Sorry you had to witness that Chuck... sinks my heart. Prayers sent.


----------



## fishinguy (Aug 5, 2004)

Prayers sent, what at tragic accident. How did it happen?


----------



## elgatogus (Oct 27, 2010)

How trajic..... My prayers sent!!!


----------



## patwilson (Jan 13, 2006)

Prayers sent.


----------



## troutredfish (Apr 18, 2005)

Prayers going up


----------



## railbird (Jan 2, 2009)

Boat sheared while turning. She was thrown in the path of the prop.


----------



## Fish&Chips (Jan 27, 2012)

Thanks for stepping up railbird and doing what you could. Any parent would be so grateful that somebody tried to help their little girl. Prayers sent for all the injured.


----------



## gunsmoke11 (Apr 30, 2012)

Prayers sent man you did your best


----------



## boltmaster (Aug 16, 2011)

Prayers sent and we hope your efforts were not in vain


----------



## railbird (Jan 2, 2009)

I am hopeful She survives but it looked very bleak.


----------



## wellconnected (May 30, 2005)

Just horrible. Prayers sent.


----------



## rsparker67 (Mar 30, 2008)

wow chuck... sad news. Anybody we know?


----------



## sargentstar (Jul 5, 2012)

Prayers from all in Sargent


----------



## InfamousJ (May 21, 2004)

todays news has been so depressing... prayer up for the young lady and all involved.


----------



## trout77471 (Jun 30, 2005)

prayers for this young lady and her family.

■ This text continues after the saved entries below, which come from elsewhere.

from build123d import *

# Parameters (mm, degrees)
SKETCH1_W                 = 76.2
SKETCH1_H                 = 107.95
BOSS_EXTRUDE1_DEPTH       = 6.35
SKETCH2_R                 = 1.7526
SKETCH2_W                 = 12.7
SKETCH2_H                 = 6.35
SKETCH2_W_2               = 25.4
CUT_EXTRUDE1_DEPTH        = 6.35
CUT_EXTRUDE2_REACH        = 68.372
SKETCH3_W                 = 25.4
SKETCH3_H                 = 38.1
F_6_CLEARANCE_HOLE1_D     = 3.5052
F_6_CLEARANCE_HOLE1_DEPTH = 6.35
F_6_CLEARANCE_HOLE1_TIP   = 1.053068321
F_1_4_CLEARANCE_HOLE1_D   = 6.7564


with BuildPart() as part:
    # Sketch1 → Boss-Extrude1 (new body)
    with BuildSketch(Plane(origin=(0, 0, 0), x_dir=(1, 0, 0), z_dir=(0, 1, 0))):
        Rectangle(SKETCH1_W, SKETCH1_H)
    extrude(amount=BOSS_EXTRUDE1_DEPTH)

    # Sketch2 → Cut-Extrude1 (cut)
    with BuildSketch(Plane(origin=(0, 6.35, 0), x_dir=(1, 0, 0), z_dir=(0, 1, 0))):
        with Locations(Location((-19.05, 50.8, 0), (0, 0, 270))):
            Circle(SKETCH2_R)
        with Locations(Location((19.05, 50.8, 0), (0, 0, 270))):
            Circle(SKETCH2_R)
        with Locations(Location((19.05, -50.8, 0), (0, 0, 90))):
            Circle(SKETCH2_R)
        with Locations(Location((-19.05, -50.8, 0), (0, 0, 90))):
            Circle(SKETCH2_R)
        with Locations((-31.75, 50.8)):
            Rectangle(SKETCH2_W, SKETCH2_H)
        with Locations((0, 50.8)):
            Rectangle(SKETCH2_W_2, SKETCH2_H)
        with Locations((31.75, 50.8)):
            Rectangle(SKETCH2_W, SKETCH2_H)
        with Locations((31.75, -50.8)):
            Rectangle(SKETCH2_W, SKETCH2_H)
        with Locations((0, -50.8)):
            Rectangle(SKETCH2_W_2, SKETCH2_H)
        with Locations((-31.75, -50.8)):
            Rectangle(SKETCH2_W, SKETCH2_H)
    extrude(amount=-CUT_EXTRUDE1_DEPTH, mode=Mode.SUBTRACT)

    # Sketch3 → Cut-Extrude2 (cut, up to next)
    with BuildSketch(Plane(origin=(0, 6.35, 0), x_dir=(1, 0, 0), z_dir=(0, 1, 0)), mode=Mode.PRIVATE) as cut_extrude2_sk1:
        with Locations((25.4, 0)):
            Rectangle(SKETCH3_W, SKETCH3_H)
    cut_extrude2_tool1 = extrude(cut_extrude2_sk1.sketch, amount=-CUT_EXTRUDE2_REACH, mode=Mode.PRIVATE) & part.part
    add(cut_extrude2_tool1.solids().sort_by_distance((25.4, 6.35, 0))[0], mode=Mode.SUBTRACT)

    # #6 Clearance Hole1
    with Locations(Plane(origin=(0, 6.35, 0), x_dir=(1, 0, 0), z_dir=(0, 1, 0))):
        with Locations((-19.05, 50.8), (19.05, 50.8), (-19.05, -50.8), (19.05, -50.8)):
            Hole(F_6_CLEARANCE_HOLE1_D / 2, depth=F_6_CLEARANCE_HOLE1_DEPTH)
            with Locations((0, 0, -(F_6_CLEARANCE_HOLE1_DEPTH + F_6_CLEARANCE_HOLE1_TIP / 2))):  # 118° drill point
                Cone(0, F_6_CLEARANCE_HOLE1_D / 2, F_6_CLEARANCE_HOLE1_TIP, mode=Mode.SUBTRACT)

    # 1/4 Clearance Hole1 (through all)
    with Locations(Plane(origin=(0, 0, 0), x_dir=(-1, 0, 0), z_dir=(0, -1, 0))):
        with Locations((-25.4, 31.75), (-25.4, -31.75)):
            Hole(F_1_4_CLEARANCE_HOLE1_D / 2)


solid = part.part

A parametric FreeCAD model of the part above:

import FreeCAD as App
import Part
import Sketcher
Q = App.Units.Quantity


def add_polygon(sketch, points):
    """Adds a closed chain of lines whose ends are joined by coincident constraints."""
    first, n = sketch.GeometryCount, len(points)
    for a, b in zip(points, points[1:] + points[:1]):
        sketch.addGeometry(Part.LineSegment(App.Vector(*a, 0), App.Vector(*b, 0)), False)
    for i in range(n):
        sketch.addConstraint(Sketcher.Constraint("Coincident", first + i, 2, first + (i + 1) % n, 1))

doc = App.newDocument("Part")
body = doc.addObject("PartDesign::Body", "Body")

sketch1 = body.newObject("Sketcher::SketchObject", "Sketch")
sketch1.AttachmentSupport = (doc.getObject("XZ_Plane"), [""])
sketch1.MapMode = "FlatFace"
add_polygon(sketch1, [(-38, -54), (-38, 54), (38, 54), (38, -54)])
sketch1.addConstraint([
    Sketcher.Constraint("Vertical", 0),
    Sketcher.Constraint("Horizontal", 1),
    Sketcher.Constraint("Vertical", 2),
    Sketcher.Constraint("Horizontal", 3),
    Sketcher.Constraint("Symmetric", 0, 2, 2, 2, -1, 1),
    Sketcher.Constraint("DistanceX", 1, 1, 1, 2, Q("3 in")),
    Sketcher.Constraint("DistanceY", 0, 1, 0, 2, Q("4.25 in")),
])
pad1 = body.newObject("PartDesign::Pad", "Pad")
pad1.Profile = sketch1
pad1.Length = Q("0.25 in")
pad1.Reversed = True

sketch2 = body.newObject("Sketcher::SketchObject", "Sketch001")
sketch2.AttachmentSupport = (doc.getObject("XZ_Plane"), [""])
sketch2.MapMode = "FlatFace"
sketch2.AttachmentOffset = App.Placement(App.Vector(0, 0, -0.25 * 25.4), App.Rotation())
sketch2.addGeometry(Part.Circle(App.Vector(-19.1, -50.8, 0), App.Vector(0, 0, 1), 1.8), False)
sketch2.addGeometry(Part.Circle(App.Vector(19.1, -50.8, 0), App.Vector(0, 0, 1), 1.8), False)
sketch2.addGeometry(Part.Circle(App.Vector(19.1, 50.8, 0), App.Vector(0, 0, 1), 1.8), False)
sketch2.addGeometry(Part.Circle(App.Vector(-19.1, 50.8, 0), App.Vector(0, 0, 1), 1.8), False)
add_polygon(sketch2, [(-38.1, -54), (-38.1, -47.6), (-25.4, -47.6), (-25.4, -54)])
add_polygon(sketch2, [(-12.7, -54), (-12.7, -47.6), (12.7, -47.6), (12.7, -54)])
add_polygon(sketch2, [(25.4, -54), (25.4, -47.6), (38.1, -47.6), (38.1, -54)])
add_polygon(sketch2, [(25.4, 47.6), (25.4, 54), (38.1, 54), (38.1, 47.6)])
add_polygon(sketch2, [(-12.7, 47.6), (-12.7, 54), (12.7, 54), (12.7, 47.6)])
add_polygon(sketch2, [(-38.1, 47.6), (-38.1, 54), (-25.4, 54), (-25.4, 47.6)])
sketch2.addConstraint([
    Sketcher.Constraint("Vertical", 4),
    Sketcher.Constraint("Horizontal", 5),
    Sketcher.Constraint("Vertical", 6),
    Sketcher.Constraint("Horizontal", 7),
    Sketcher.Constraint("Vertical", 8),
    Sketcher.Constraint("Horizontal", 9),
    Sketcher.Constraint("Vertical", 10),
    Sketcher.Constraint("Horizontal", 11),
    Sketcher.Constraint("Vertical", 12),
    Sketcher.Constraint("Horizontal", 13),
    Sketcher.Constraint("Vertical", 14),
    Sketcher.Constraint("Horizontal", 15),
    Sketcher.Constraint("Vertical", 16),
    Sketcher.Constraint("Horizontal", 17),
    Sketcher.Constraint("Vertical", 18),
    Sketcher.Constraint("Horizontal", 19),
    Sketcher.Constraint("Vertical", 20),
    Sketcher.Constraint("Horizontal", 21),
    Sketcher.Constraint("Vertical", 22),
    Sketcher.Constraint("Horizontal", 23),
    Sketcher.Constraint("Vertical", 24),
    Sketcher.Constraint("Horizontal", 25),
    Sketcher.Constraint("Vertical", 26),
    Sketcher.Constraint("Horizontal", 27),
    Sketcher.Constraint("Equal", 0, 1),
    Sketcher.Constraint("Equal", 1, 2),
    Sketcher.Constraint("Equal", 2, 3),
    Sketcher.Constraint("Symmetric", 0, 3, 2, 3, -1, 1),
    Sketcher.Constraint("Symmetric", 1, 3, 3, 3, -1, 1),
    Sketcher.Constraint("Symmetric", 6, 2, 16, 2, -1, 1),
    Sketcher.Constraint("Symmetric", 4, 2, 18, 2, -1, 1),
    Sketcher.Constraint("Symmetric", 10, 2, 20, 2, -1, 1),
    Sketcher.Constraint("Symmetric", 8, 2, 22, 2, -1, 1),
    Sketcher.Constraint("Symmetric", 14, 2, 24, 2, -1, 1),
    Sketcher.Constraint("Symmetric", 12, 2, 26, 2, -1, 1),
    Sketcher.Constraint("Symmetric", 0, 3, 1, 3, -2),
    Sketcher.Constraint("Symmetric", 5, 2, 12, 2, -2),
    Sketcher.Constraint("Symmetric", 7, 2, 14, 2, -2),
    Sketcher.Constraint("Horizontal", 5, 2, 8, 2),
    Sketcher.Constraint("Horizontal", 7, 2, 10, 2),
    Sketcher.Constraint("Vertical", 11, 2, 20, 2),
    Sketcher.Constraint("DistanceX", 9, 1, 9, 2, Q("1 in")),
    Sketcher.Constraint("Diameter", 0, Q("0.138 in")),
    Sketcher.Constraint("DistanceX", 5, 1, 5, 2, Q("0.5 in")),
    Sketcher.Constraint("DistanceY", 0, 3, -1, 1, Q("2 in")),
    Sketcher.Constraint("DistanceX", 5, 2, -1, 1, Q("1 in")),
    Sketcher.Constraint("DistanceY", 12, 2, 16, 2, Q("4 in")),
    Sketcher.Constraint("DistanceY", 4, 1, 4, 2, Q("0.25 in")),
    Sketcher.Constraint("DistanceX", 0, 3, 1, 3, Q("1.5 in")),
])
pocket1 = body.newObject("PartDesign::Pocket", "Pocket")
pocket1.Profile = sketch2
pocket1.Length = Q("0.25 in")
pocket1.Reversed = True

sketch3 = body.newObject("Sketcher::SketchObject", "Sketch002")
sketch3.AttachmentSupport = (doc.getObject("XZ_Plane"), [""])
sketch3.MapMode = "FlatFace"
sketch3.AttachmentOffset = App.Placement(App.Vector(0, 0, -0.25 * 25.4), App.Rotation())
add_polygon(sketch3, [(13, -19), (13, 19), (38, 19), (38, -19)])
sketch3.addConstraint([
    Sketcher.Constraint("Vertical", 0),
    Sketcher.Constraint("Horizontal", 1),
    Sketcher.Constraint("Vertical", 2),
    Sketcher.Constraint("Horizontal", 3),
    Sketcher.Constraint("DistanceX", 1, 1, 1, 2, Q("1 in")),
    Sketcher.Constraint("DistanceY", 0, 1, 0, 2, Q("1.5 in")),
    Sketcher.Constraint("DistanceX", -1, 1, 0, 2, Q("0.5 in")),
    Sketcher.Constraint("DistanceY", -1, 1, 0, 2, Q("0.75 in")),
])
pocket2 = body.newObject("PartDesign::Pocket", "Pocket001")
pocket2.Profile = sketch3
pocket2.Type = "UpToFirst"
pocket2.Reversed = True

sketch4 = body.newObject("Sketcher::SketchObject", "Sketch003")
sketch4.AttachmentSupport = (doc.getObject("XZ_Plane"), [""])
sketch4.MapMode = "FlatFace"
sketch4.AttachmentOffset = App.Placement(App.Vector(0, 0, -0.25 * 25.4), App.Rotation())
sketch4.addGeometry([
    Part.Circle(App.Vector(-19.1, -50.8, 0), App.Vector(0, 0, 1), 1.8),
    Part.Circle(App.Vector(19.1, -50.8, 0), App.Vector(0, 0, 1), 1.8),
    Part.Circle(App.Vector(-19.1, 50.8, 0), App.Vector(0, 0, 1), 1.8),
    Part.Circle(App.Vector(19.1, 50.8, 0), App.Vector(0, 0, 1), 1.8),
], False)
sketch4.addConstraint([
    Sketcher.Constraint("Equal", 0, 1),
    Sketcher.Constraint("Equal", 1, 2),
    Sketcher.Constraint("Equal", 2, 3),
    Sketcher.Constraint("Symmetric", 1, 3, 2, 3, -1, 1),
    Sketcher.Constraint("Symmetric", 0, 3, 3, 3, -1, 1),
    Sketcher.Constraint("Symmetric", 0, 3, 1, 3, -2),
    Sketcher.Constraint("Diameter", 0, Q("0.138 in")),
    Sketcher.Constraint("DistanceY", 0, 3, -1, 1, Q("2 in")),
    Sketcher.Constraint("DistanceX", 0, 3, 1, 3, Q("1.5 in")),
])
doc.recompute()
hole = body.newObject("PartDesign::Hole", "Hole")
hole.Profile = sketch4
hole.ThreadType = "None"
hole.Diameter = Q("0.138 in")
hole.DepthType = "Dimension"
hole.Depth = Q("0.25 in")
hole.DrillPoint = "Angled"
hole.DrillPointAngle = 118
hole.Reversed = True

sketch5 = body.newObject("Sketcher::SketchObject", "Sketch004")
sketch5.AttachmentSupport = (doc.getObject("XZ_Plane"), [""])
sketch5.MapMode = "FlatFace"
sketch5.addGeometry([
    Part.Circle(App.Vector(25.4, -31.8, 0), App.Vector(0, 0, 1), 3.4),
    Part.Circle(App.Vector(25.4, 31.8, 0), App.Vector(0, 0, 1), 3.4),
], False)
sketch5.addConstraint([
    Sketcher.Constraint("Equal", 0, 1),
    Sketcher.Constraint("Symmetric", 0, 3, 1, 3, -1),
    Sketcher.Constraint("Diameter", 0, Q("0.266 in")),
    Sketcher.Constraint("DistanceX", -1, 1, 0, 3, Q("1 in")),
    Sketcher.Constraint("DistanceY", 0, 3, 1, 3, Q("2.5 in")),
])
doc.recompute()
hole2 = body.newObject("PartDesign::Hole", "Hole001")
hole2.Profile = sketch5
hole2.ThreadType = "None"
hole2.Diameter = Q("0.266 in")
hole2.DepthType = "ThroughAll"

doc.recompute()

can you describe what "boat sheared while turning" is, might help me or others avoid similar accident.


----------



## Javadrinker (Feb 13, 2008)

prayers going up


----------



## hammerin'fish (May 22, 2009)

prayers sent


----------



## matterboy123 (Aug 24, 2011)

Prayer Sent!!!


----------



## strohag (Jun 9, 2012)

T&P! Hopefully she pulls through. My friend is an ER doc and they pull off some miracles!


----------



## mikereds (Jul 1, 2011)

prayers sent, what a hell of a situation to be in....


----------



## FishnBarbie (Jun 10, 2011)

I am praying for her and her family.


----------



## slabnabbin (May 25, 2010)

Prayers sent


----------



## That Robbie Guy (Aug 11, 2009)

Prayers sent.


----------



## poco jim (Jun 28, 2010)

That's awful, prayers sent


----------



## justletmein (Feb 11, 2006)

Just sent one up. Any updates or are you not in a position to know the outcome?


----------



## KEN KERLEY (Nov 13, 2006)

Prayers sent this young lady.


----------



## DGAustin (Jun 5, 2005)

Prayers sent. Thanks for your efforts Railbird. Was by Hampton's about 9:30 this morning. I am guessing it must have happened in the area once you get past the no wake zone.


----------



## InfamousJ (May 21, 2004)

the boating forum has a recent post that she died...  very sad indeed.


----------



## WillieT (Aug 25, 2010)

Sorry to hear that. Very sad. Condolences to the family.


----------



## Speckled (Mar 19, 2008)

Very sorry to hear. Prayers for the family and all involved.


----------



## oneneo3 (Feb 7, 2008)

Prayers out to the family.


----------



## worstSPECKanglerTX (May 30, 2012)

Worst feeling in the world to witness that. Prayers to family of girl and rail bird. Those kinda things stick with you for life and all you can do is be strong.


----------



## wallhanger (Apr 10, 2009)

God bless you for stepping up Railbird. He chose you to comfort that angel in her last moments on earth. He had a better plan for her and will give you the strength to handle the pain. Prayers for you and the girls family.


----------



## reeltimer (Feb 5, 2010)

InfamousJ said:


> the boating forum has a recent post that she died...  very sad indeed.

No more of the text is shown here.